*WORK REQUEST:* The material below contains a line with "#274=EDGE_LOOP('',(#273));" and a line with "#280=ADVANCED_FACE('',(#275,#278),#279,.F.);". Copy exactly those two lines and all lines between them.

*INFORMATION:*
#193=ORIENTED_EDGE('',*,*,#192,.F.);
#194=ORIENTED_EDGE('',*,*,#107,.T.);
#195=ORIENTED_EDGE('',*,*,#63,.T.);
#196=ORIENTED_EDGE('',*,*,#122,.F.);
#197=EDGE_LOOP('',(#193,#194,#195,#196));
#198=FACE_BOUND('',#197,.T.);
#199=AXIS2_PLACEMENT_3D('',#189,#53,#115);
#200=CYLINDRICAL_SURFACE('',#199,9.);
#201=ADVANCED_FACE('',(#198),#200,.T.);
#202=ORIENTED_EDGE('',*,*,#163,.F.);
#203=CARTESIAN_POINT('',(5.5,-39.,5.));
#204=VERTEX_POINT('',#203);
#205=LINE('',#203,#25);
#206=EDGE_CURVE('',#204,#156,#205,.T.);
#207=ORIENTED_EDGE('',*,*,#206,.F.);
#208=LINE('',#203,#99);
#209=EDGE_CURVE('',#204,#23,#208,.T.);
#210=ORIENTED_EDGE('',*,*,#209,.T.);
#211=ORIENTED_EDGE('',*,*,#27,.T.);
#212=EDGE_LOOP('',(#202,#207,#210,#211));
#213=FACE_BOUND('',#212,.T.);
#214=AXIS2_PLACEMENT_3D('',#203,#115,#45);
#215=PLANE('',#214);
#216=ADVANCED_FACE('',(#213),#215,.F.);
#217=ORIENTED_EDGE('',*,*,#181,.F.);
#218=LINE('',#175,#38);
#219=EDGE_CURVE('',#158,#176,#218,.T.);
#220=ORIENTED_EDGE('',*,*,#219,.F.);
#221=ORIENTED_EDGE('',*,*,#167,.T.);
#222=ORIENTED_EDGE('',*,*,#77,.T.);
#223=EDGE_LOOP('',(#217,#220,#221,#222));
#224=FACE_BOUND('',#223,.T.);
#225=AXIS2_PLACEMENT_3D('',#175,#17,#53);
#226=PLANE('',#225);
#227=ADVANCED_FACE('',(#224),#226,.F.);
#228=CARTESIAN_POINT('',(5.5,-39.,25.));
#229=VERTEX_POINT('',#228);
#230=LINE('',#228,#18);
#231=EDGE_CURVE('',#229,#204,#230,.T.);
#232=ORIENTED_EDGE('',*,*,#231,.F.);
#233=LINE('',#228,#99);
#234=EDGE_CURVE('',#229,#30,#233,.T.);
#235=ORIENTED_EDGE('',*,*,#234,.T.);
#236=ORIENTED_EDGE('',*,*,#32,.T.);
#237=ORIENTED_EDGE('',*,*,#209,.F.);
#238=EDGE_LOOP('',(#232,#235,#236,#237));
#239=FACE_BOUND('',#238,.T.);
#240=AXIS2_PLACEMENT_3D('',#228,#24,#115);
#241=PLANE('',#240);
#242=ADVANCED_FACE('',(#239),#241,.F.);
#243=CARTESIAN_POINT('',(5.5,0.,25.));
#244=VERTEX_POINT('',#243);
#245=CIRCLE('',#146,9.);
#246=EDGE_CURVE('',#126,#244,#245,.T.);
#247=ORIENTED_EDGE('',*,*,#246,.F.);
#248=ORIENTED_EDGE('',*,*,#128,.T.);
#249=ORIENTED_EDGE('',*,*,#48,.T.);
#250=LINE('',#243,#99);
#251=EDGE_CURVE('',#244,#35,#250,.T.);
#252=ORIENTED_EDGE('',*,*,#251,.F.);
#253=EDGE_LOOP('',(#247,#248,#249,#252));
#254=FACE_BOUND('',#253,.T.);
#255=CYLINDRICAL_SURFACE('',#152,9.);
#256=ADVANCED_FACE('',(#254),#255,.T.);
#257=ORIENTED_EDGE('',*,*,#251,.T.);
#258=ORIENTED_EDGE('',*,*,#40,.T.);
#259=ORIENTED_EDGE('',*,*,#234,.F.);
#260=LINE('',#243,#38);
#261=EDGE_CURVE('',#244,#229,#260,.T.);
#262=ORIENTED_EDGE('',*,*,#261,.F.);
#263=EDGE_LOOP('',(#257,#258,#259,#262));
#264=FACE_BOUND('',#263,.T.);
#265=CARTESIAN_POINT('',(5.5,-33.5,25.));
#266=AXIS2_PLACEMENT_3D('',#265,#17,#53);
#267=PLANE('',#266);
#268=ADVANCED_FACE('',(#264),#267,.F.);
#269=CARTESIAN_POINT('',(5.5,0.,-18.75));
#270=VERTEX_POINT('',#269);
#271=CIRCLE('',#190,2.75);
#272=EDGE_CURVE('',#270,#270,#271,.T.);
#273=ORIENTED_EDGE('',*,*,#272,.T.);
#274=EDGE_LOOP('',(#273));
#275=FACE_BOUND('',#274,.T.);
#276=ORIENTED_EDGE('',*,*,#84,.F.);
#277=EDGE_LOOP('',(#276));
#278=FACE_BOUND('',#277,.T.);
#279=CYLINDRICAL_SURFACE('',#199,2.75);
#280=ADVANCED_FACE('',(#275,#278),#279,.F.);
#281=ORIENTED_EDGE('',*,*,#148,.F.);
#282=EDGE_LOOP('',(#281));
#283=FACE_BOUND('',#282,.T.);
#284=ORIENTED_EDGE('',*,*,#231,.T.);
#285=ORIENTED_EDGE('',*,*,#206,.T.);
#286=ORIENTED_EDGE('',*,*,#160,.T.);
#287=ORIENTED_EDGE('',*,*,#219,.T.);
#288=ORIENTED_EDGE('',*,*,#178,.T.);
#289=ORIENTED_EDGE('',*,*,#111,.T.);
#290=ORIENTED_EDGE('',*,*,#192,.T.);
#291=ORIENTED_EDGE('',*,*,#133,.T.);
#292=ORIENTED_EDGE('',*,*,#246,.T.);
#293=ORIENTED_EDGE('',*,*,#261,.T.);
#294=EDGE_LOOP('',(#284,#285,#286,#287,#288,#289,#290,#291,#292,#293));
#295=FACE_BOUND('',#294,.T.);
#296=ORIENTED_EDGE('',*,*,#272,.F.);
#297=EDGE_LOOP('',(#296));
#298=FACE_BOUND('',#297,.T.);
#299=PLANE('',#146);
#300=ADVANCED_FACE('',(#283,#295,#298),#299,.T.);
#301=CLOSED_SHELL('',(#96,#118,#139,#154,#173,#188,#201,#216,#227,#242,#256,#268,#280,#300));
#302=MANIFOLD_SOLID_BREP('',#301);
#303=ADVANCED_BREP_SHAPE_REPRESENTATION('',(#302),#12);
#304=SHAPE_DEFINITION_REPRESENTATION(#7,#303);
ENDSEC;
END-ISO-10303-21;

*ANSWER BOX:*
#274=EDGE_LOOP('',(#273));
#275=FACE_BOUND('',#274,.T.);
#276=ORIENTED_EDGE('',*,*,#84,.F.);
#277=EDGE_LOOP('',(#276));
#278=FACE_BOUND('',#277,.T.);
#279=CYLINDRICAL_SURFACE('',#199,2.75);
#280=ADVANCED_FACE('',(#275,#278),#279,.F.);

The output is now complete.